(Entries taken from a collection)
━━━━

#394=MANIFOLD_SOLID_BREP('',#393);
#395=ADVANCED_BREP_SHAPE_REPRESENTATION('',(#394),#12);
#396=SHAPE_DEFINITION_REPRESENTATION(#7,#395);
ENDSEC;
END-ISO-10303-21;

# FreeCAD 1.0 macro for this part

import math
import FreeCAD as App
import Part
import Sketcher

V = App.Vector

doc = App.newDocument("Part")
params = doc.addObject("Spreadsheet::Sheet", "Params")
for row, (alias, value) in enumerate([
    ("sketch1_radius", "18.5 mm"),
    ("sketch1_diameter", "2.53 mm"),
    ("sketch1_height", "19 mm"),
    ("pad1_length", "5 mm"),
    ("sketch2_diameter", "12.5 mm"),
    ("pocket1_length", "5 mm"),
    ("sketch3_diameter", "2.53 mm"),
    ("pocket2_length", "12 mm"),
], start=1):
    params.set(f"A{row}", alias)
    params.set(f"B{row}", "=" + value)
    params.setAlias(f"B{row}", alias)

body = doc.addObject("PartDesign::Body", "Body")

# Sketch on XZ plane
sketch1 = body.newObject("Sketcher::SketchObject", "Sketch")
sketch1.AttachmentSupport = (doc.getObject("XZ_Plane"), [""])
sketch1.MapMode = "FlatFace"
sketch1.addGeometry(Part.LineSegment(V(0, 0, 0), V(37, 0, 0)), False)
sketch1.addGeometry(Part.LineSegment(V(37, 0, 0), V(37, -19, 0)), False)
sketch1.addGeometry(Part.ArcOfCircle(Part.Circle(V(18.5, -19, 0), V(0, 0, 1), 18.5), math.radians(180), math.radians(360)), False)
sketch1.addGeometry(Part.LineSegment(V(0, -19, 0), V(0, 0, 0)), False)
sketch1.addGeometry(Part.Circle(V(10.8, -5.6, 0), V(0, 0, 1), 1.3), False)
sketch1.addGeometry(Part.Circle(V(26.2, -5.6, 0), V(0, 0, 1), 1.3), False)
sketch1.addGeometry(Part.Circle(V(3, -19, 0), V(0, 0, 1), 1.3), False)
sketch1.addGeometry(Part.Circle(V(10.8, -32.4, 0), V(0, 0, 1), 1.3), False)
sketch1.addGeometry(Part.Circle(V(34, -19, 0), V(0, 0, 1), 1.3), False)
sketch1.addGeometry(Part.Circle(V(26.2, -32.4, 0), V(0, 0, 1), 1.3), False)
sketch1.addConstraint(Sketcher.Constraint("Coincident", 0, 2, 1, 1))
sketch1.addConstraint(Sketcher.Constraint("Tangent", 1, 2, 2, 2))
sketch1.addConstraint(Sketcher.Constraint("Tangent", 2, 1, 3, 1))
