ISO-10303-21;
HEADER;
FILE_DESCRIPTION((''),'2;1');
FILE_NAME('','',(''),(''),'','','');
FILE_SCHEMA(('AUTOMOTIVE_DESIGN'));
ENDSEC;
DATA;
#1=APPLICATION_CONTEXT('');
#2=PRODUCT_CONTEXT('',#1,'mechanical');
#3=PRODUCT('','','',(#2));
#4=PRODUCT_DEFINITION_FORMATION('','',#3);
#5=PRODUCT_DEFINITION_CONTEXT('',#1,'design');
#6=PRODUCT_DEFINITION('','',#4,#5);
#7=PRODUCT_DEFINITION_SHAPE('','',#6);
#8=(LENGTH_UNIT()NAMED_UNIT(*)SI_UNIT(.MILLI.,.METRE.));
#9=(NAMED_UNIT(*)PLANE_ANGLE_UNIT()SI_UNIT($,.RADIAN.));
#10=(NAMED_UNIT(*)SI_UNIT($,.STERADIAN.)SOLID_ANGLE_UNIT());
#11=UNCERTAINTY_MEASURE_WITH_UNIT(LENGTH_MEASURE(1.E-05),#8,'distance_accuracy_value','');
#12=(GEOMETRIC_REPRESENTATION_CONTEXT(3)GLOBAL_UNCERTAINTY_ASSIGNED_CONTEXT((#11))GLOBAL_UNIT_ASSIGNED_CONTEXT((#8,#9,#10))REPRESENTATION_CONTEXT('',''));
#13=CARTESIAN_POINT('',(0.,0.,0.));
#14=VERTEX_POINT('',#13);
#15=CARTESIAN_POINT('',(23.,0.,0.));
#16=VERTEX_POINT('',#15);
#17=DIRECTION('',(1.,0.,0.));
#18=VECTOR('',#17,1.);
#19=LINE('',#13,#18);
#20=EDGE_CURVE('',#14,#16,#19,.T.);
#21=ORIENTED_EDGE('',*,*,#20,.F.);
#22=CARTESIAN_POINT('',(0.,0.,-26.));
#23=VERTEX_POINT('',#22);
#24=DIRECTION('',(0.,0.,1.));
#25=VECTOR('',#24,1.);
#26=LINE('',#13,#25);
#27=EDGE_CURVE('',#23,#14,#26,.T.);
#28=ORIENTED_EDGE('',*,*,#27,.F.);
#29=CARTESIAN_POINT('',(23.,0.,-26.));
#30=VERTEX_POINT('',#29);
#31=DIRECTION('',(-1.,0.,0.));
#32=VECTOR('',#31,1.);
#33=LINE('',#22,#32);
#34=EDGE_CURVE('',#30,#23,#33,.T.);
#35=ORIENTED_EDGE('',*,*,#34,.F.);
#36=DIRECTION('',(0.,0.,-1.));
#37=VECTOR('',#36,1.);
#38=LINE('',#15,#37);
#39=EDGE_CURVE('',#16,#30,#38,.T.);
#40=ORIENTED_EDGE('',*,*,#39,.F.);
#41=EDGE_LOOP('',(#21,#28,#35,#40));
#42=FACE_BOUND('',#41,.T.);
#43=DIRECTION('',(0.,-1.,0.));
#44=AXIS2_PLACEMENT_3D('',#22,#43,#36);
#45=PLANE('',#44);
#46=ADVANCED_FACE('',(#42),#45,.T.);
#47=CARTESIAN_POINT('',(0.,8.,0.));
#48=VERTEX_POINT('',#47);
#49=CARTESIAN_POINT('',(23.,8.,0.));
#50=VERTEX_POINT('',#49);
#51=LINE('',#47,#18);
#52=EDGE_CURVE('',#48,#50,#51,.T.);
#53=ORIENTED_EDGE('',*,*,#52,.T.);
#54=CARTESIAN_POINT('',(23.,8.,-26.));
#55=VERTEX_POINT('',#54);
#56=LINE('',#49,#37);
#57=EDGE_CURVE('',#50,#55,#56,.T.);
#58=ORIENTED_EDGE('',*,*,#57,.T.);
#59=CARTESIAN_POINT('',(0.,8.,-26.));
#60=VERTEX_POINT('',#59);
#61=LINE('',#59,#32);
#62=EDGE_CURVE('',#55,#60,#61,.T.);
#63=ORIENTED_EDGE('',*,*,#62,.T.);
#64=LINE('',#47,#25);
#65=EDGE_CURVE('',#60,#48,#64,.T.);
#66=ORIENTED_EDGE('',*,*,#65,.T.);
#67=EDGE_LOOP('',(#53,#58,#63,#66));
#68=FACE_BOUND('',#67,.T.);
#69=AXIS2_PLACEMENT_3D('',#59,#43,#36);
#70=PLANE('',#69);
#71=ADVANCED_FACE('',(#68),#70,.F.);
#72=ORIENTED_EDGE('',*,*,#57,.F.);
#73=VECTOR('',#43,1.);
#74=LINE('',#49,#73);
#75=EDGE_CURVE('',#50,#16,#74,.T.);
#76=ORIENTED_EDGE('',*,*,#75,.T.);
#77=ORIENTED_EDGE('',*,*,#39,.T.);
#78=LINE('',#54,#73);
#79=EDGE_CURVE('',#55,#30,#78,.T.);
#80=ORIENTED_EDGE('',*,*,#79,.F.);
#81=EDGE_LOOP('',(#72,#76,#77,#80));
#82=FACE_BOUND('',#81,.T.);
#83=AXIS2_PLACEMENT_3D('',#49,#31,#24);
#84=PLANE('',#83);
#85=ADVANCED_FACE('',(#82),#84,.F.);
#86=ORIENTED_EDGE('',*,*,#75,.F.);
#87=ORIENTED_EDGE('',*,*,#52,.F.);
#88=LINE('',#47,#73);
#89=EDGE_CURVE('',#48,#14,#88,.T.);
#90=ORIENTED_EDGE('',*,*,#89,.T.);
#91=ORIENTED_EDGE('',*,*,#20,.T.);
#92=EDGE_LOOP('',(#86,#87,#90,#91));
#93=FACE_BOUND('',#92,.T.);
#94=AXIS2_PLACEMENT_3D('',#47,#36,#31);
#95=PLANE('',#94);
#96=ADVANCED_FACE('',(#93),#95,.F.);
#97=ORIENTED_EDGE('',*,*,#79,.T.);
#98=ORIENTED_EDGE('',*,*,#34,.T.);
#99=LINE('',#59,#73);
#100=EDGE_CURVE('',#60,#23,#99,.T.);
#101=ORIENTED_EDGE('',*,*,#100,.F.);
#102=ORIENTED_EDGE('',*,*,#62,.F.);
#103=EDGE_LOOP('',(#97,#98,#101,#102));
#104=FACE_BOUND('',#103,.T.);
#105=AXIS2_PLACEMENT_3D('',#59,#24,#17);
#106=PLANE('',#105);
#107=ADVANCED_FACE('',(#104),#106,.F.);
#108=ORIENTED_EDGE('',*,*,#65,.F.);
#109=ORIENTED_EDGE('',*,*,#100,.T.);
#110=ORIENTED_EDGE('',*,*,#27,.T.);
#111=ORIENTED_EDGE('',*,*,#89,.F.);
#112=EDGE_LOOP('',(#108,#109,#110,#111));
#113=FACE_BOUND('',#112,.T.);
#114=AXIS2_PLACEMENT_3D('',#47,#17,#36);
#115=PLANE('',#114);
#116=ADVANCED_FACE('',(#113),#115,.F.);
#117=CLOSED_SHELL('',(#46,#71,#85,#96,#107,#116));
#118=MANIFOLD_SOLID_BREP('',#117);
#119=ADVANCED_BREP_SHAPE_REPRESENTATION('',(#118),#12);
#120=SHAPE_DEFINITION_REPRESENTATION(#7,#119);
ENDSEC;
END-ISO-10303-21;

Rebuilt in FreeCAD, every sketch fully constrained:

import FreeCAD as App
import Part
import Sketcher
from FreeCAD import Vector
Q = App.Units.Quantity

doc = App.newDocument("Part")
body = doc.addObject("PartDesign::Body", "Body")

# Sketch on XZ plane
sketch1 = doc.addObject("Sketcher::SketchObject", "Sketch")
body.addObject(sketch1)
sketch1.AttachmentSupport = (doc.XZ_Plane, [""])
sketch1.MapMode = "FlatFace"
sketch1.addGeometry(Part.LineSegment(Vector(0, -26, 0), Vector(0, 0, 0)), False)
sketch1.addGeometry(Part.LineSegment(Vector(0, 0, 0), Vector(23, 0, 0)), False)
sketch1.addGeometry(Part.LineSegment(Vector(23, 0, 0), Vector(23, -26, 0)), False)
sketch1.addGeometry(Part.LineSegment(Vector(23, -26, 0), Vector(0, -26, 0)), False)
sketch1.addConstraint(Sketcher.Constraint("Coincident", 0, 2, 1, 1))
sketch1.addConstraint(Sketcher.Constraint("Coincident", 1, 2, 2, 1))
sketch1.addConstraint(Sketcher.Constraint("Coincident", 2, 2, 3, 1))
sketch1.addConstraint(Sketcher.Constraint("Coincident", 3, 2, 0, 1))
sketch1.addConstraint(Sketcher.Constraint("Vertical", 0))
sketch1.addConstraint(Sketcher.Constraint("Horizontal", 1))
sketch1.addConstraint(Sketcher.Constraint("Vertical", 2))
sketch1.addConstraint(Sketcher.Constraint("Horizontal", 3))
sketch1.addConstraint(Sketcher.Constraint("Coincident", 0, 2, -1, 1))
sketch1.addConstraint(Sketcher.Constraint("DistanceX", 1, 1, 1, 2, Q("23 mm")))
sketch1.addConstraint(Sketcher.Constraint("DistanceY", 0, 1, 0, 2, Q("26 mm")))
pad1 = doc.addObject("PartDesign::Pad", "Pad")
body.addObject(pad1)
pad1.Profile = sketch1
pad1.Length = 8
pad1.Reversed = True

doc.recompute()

━━━━

Task item: Return, with no change at all, every line in the entries above from the line containing "#74=LINE('',#49,#73);" through the line containing "#115=PLANE('',#114);".

Answer to the exercise:
#74=LINE('',#49,#73);
#75=EDGE_CURVE('',#50,#16,#74,.T.);
#76=ORIENTED_EDGE('',*,*,#75,.T.);
#77=ORIENTED_EDGE('',*,*,#39,.T.);
#78=LINE('',#54,#73);
#79=EDGE_CURVE('',#55,#30,#78,.T.);
#80=ORIENTED_EDGE('',*,*,#79,.F.);
#81=EDGE_LOOP('',(#72,#76,#77,#80));
#82=FACE_BOUND('',#81,.T.);
#83=AXIS2_PLACEMENT_3D('',#49,#31,#24);
#84=PLANE('',#83);
#85=ADVANCED_FACE('',(#82),#84,.F.);
#86=ORIENTED_EDGE('',*,*,#75,.F.);
#87=ORIENTED_EDGE('',*,*,#52,.F.);
#88=LINE('',#47,#73);
#89=EDGE_CURVE('',#48,#14,#88,.T.);
#90=ORIENTED_EDGE('',*,*,#89,.T.);
#91=ORIENTED_EDGE('',*,*,#20,.T.);
#92=EDGE_LOOP('',(#86,#87,#90,#91));
#93=FACE_BOUND('',#92,.T.);
#94=AXIS2_PLACEMENT_3D('',#47,#36,#31);
#95=PLANE('',#94);
#96=ADVANCED_FACE('',(#93),#95,.F.);
#97=ORIENTED_EDGE('',*,*,#79,.T.);
#98=ORIENTED_EDGE('',*,*,#34,.T.);
#99=LINE('',#59,#73);
#100=EDGE_CURVE('',#60,#23,#99,.T.);
#101=ORIENTED_EDGE('',*,*,#100,.F.);
#102=ORIENTED_EDGE('',*,*,#62,.F.);
#103=EDGE_LOOP('',(#97,#98,#101,#102));
#104=FACE_BOUND('',#103,.T.);
#105=AXIS2_PLACEMENT_3D('',#59,#24,#17);
#106=PLANE('',#105);
#107=ADVANCED_FACE('',(#104),#106,.F.);
#108=ORIENTED_EDGE('',*,*,#65,.F.);
#109=ORIENTED_EDGE('',*,*,#100,.T.);
#110=ORIENTED_EDGE('',*,*,#27,.T.);
#111=ORIENTED_EDGE('',*,*,#89,.F.);
#112=EDGE_LOOP('',(#108,#109,#110,#111));
#113=FACE_BOUND('',#112,.T.);
#114=AXIS2_PLACEMENT_3D('',#47,#17,#36);
#115=PLANE('',#114);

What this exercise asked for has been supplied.